Don’t try to analyze this miracle medically or too rationally, or you’ll miss out how it applies to your own life. When Jesus said “Stand up,” the verb more typically means to “rouse yourself up,” to “awaken.” Jesus is telling the man to shake off his superstitious slumber, his despair and self-defeating cynicism. His first act is to wake up—to open his eyes—to snap out of it. Next, he tells him to take up his mat. In this life there will always be baggage we carry with us—parts of our past that are never past for us. That’s what it means to be alive. But instead of lying on our mats, defining ourselves by our limits, we take them up, tuck them under our arms, and get moving. Which leads to the last command to walk. Walking is both a physical act and a moral act. You get from point A to point B by walking. You also get from darkness to light, from brokenness to healing, by walking as a person of compassion, integrity and faith.
And suddenly we’re back to where we began. The question I asked at the start of this sermon was this: Where do we start if we want to have faith? Where do we begin? Tucked in this wonderful bible story, it says in vs. 6 that when Jesus saw the man lying there, he knew that he had been there a long time. How is that possible? We can’t assume Jesus had met him before or knew him from other visits to Jerusalem. But scripture tells us that before we come to know Jesus, we are already known. We are known by God, the artist creating all life. We are known by Jesus, the redeemer of infinite love. We are held by the Holy Spirit that inspires and corrects and guides us each day. Faith doesn’t begin with us. Faith begins with our accepting that we are known. That Jesus knows us. That he has always known us.

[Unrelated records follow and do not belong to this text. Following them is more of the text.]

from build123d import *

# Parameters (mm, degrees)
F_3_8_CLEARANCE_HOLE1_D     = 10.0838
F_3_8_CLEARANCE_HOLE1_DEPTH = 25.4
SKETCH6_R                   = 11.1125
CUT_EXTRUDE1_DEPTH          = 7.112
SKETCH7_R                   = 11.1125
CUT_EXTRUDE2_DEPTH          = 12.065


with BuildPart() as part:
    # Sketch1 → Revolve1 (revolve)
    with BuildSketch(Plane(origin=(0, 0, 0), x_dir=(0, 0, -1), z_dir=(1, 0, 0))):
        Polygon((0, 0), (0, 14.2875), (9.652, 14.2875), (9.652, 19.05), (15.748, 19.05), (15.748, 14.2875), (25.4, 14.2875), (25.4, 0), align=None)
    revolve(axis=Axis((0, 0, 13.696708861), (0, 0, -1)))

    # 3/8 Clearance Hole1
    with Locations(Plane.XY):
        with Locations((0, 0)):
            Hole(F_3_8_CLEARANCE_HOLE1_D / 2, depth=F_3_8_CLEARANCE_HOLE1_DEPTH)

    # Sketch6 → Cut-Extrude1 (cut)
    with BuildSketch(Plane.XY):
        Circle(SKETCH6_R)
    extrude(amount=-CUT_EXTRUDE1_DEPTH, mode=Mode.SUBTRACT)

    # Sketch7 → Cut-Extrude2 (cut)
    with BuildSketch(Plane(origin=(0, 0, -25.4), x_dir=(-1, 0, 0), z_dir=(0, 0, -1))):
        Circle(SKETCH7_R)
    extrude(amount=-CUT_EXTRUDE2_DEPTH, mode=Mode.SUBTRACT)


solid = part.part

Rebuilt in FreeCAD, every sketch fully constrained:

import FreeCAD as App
import Part
import Sketcher

V = App.Vector
Q = App.Units.Quantity


def add_polygon(sketch, points):
    """Adds a closed chain of lines whose ends are joined by coincident constraints."""
    first, n = sketch.GeometryCount, len(points)
    for a, b in zip(points, points[1:] + points[:1]):
        sketch.addGeometry(Part.LineSegment(App.Vector(*a, 0), App.Vector(*b, 0)), False)
    for i in range(n):
        sketch.addConstraint(Sketcher.Constraint("Coincident", first + i, 2, first + (i + 1) % n, 1))

doc = App.newDocument("Part")
body = doc.addObject("PartDesign::Body", "Body")

sketch1 = body.newObject("Sketcher::SketchObject", "Sketch")
sketch1.AttachmentSupport = (doc.getObject("YZ_Plane"), [""])
sketch1.MapMode = "FlatFace"
add_polygon(sketch1, [(14.3, 0), (0, 0), (0, -25.4), (14.3, -25.4), (14.3, -15.7), (19.1, -15.7), (19.1, -9.7), (14.3, -9.7)])
sketch1.addConstraint([
    Sketcher.Constraint("Horizontal", 0),
    Sketcher.Constraint("Vertical", 1),
    Sketcher.Constraint("Horizontal", 2),
    Sketcher.Constraint("Vertical", 3),
    Sketcher.Constraint("Horizontal", 4),
    Sketcher.Constraint("Vertical", 5),
    Sketcher.Constraint("Horizontal", 6),
    Sketcher.Constraint("Vertical", 7),
    Sketcher.Constraint("Coincident", 0, 2, -1, 1),
    Sketcher.Constraint("Vertical", 3, 2, 6, 2),
    Sketcher.Constraint("Equal", 3, 7),
    Sketcher.Constraint("DistanceY", 1, 2, 1, 1, Q("1 in")),
    Sketcher.Constraint("DistanceY", 3, 1, 3, 2, Q("0.38 in")),
    Sketcher.Constraint("DistanceX", 0, 2, 0, 1, Q("0.5625 in")),
    Sketcher.Constraint("DistanceX", 4, 1, 4, 2, Q("0.1875 in")),
])
revolution = body.newObject("PartDesign::Revolution", "Revolution")
revolution.Profile = sketch1
revolution.ReferenceAxis = (sketch1, ["V_Axis"])
revolution.Angle = 360

sketch2 = body.newObject("Sketcher::SketchObject", "Sketch001")
sketch2.AttachmentSupport = (doc.getObject("XY_Plane"), [""])
sketch2.MapMode = "FlatFace"
sketch2.addGeometry(Part.Circle(V(0, 0, 0), V(0, 0, 1), 5), False)
sketch2.addConstraint([
    Sketcher.Constraint("Coincident", 0, 3, -1, 1),
    Sketcher.Constraint("Diameter", 0, Q("0.397 in")),
])
doc.recompute()
hole = body.newObject("PartDesign::Hole", "Hole")
hole.Profile = sketch2
hole.ThreadType = "None"
hole.Diameter = Q("0.397 in")
hole.DepthType = "Dimension"
hole.Depth = Q("1 in")
hole.DrillPoint = "Flat"

sketch3 = body.newObject("Sketcher::SketchObject", "Sketch002")
sketch3.AttachmentSupport = (doc.getObject("XY_Plane"), [""])
sketch3.MapMode = "FlatFace"
sketch3.addGeometry(Part.Circle(V(0, 0, 0), V(0, 0, 1), 11), False)
sketch3.addConstraint([
    Sketcher.Constraint("Coincident", 0, 3, -1, 1),
    Sketcher.Constraint("Diameter", 0, Q("0.875 in")),
])
pocket1 = body.newObject("PartDesign::Pocket", "Pocket")
pocket1.Profile = sketch3
pocket1.Length = Q("0.28 in")

sketch4 = body.newObject("Sketcher::SketchObject", "Sketch003")
sketch4.AttachmentSupport = (doc.getObject("XY_Plane"), [""])
sketch4.MapMode = "FlatFace"
sketch4.AttachmentOffset = App.Placement(V(0, 0, -1 * 25.4), App.Rotation())
sketch4.addGeometry(Part.Circle(V(0, 0, 0), V(0, 0, 1), 11), False)
sketch4.addConstraint([
    Sketcher.Constraint("Coincident", 0, 3, -1, 1),
    Sketcher.Constraint("Diameter", 0, Q("0.875 in")),
])
pocket2 = body.newObject("PartDesign::Pocket", "Pocket001")
pocket2.Profile = sketch4
pocket2.Length = Q("0.475 in")
pocket2.Reversed = True

doc.recompute()
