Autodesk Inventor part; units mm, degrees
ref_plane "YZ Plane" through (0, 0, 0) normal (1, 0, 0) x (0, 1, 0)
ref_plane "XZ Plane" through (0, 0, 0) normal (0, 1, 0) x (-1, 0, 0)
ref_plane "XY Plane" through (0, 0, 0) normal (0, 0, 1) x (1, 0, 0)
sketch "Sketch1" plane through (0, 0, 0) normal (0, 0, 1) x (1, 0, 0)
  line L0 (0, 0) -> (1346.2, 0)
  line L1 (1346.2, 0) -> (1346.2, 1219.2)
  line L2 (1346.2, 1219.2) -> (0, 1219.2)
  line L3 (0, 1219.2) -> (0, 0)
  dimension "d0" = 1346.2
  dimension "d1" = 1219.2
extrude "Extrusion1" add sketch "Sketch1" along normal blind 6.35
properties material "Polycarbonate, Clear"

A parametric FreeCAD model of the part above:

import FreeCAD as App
import Part
import Sketcher
Q = App.Units.Quantity


def add_polygon(sketch, points):
    """Adds a closed chain of lines whose ends are joined by coincident constraints."""
    first, n = sketch.GeometryCount, len(points)
    for a, b in zip(points, points[1:] + points[:1]):
        sketch.addGeometry(Part.LineSegment(App.Vector(*a, 0), App.Vector(*b, 0)), False)
    for i in range(n):
        sketch.addConstraint(Sketcher.Constraint("Coincident", first + i, 2, first + (i + 1) % n, 1))

doc = App.newDocument("Part")
body = doc.addObject("PartDesign::Body", "Body")

# Sketch on XY plane
sketch1 = body.newObject("Sketcher::SketchObject", "Sketch")
sketch1.AttachmentSupport = (doc.getObject("XY_Plane"), [""])
sketch1.MapMode = "FlatFace"
add_polygon(sketch1, [(0, 1219.2), (0, 0), (1346.2, 0), (1346.2, 1219.2)])  # lines 0-3
sketch1.addConstraint([
    Sketcher.Constraint("Vertical", 0),
    Sketcher.Constraint("Horizontal", 1),
    Sketcher.Constraint("Vertical", 2),
    Sketcher.Constraint("Horizontal", 3),
    Sketcher.Constraint("Coincident", 0, 2, -1, 1),
    Sketcher.Constraint("DistanceX", 1, 1, 1, 2, Q("53 in")),
    Sketcher.Constraint("DistanceY", 0, 2, 0, 1, Q("48 in")),
])
pad1 = body.newObject("PartDesign::Pad", "Pad")
pad1.Profile = sketch1
pad1.Length = Q("0.25 in")

doc.recompute()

Think about that for a moment—as if it were the first bit of faith written on the blank slate of your soul. If God knows you, you are not now nor ever have been alone. You are not now nor ever have been without resources—without a real connection to that which is the foundation of life, the source of love, justice and hope. The invalid by the pool didn’t know who Jesus was at all—but Jesus knew him. Jesus came to him, looked him in the eyes, told him to awaken, to stand up, carry his baggage, and start walking forward—and that’s what he did.
Faith begins with the one who has faith in us, who necessarily stirs the waters in us, who knows our prayers before a word is on our lips or thought is in our minds. Start there. And see what joy, what faith, what true and abundant life will follow.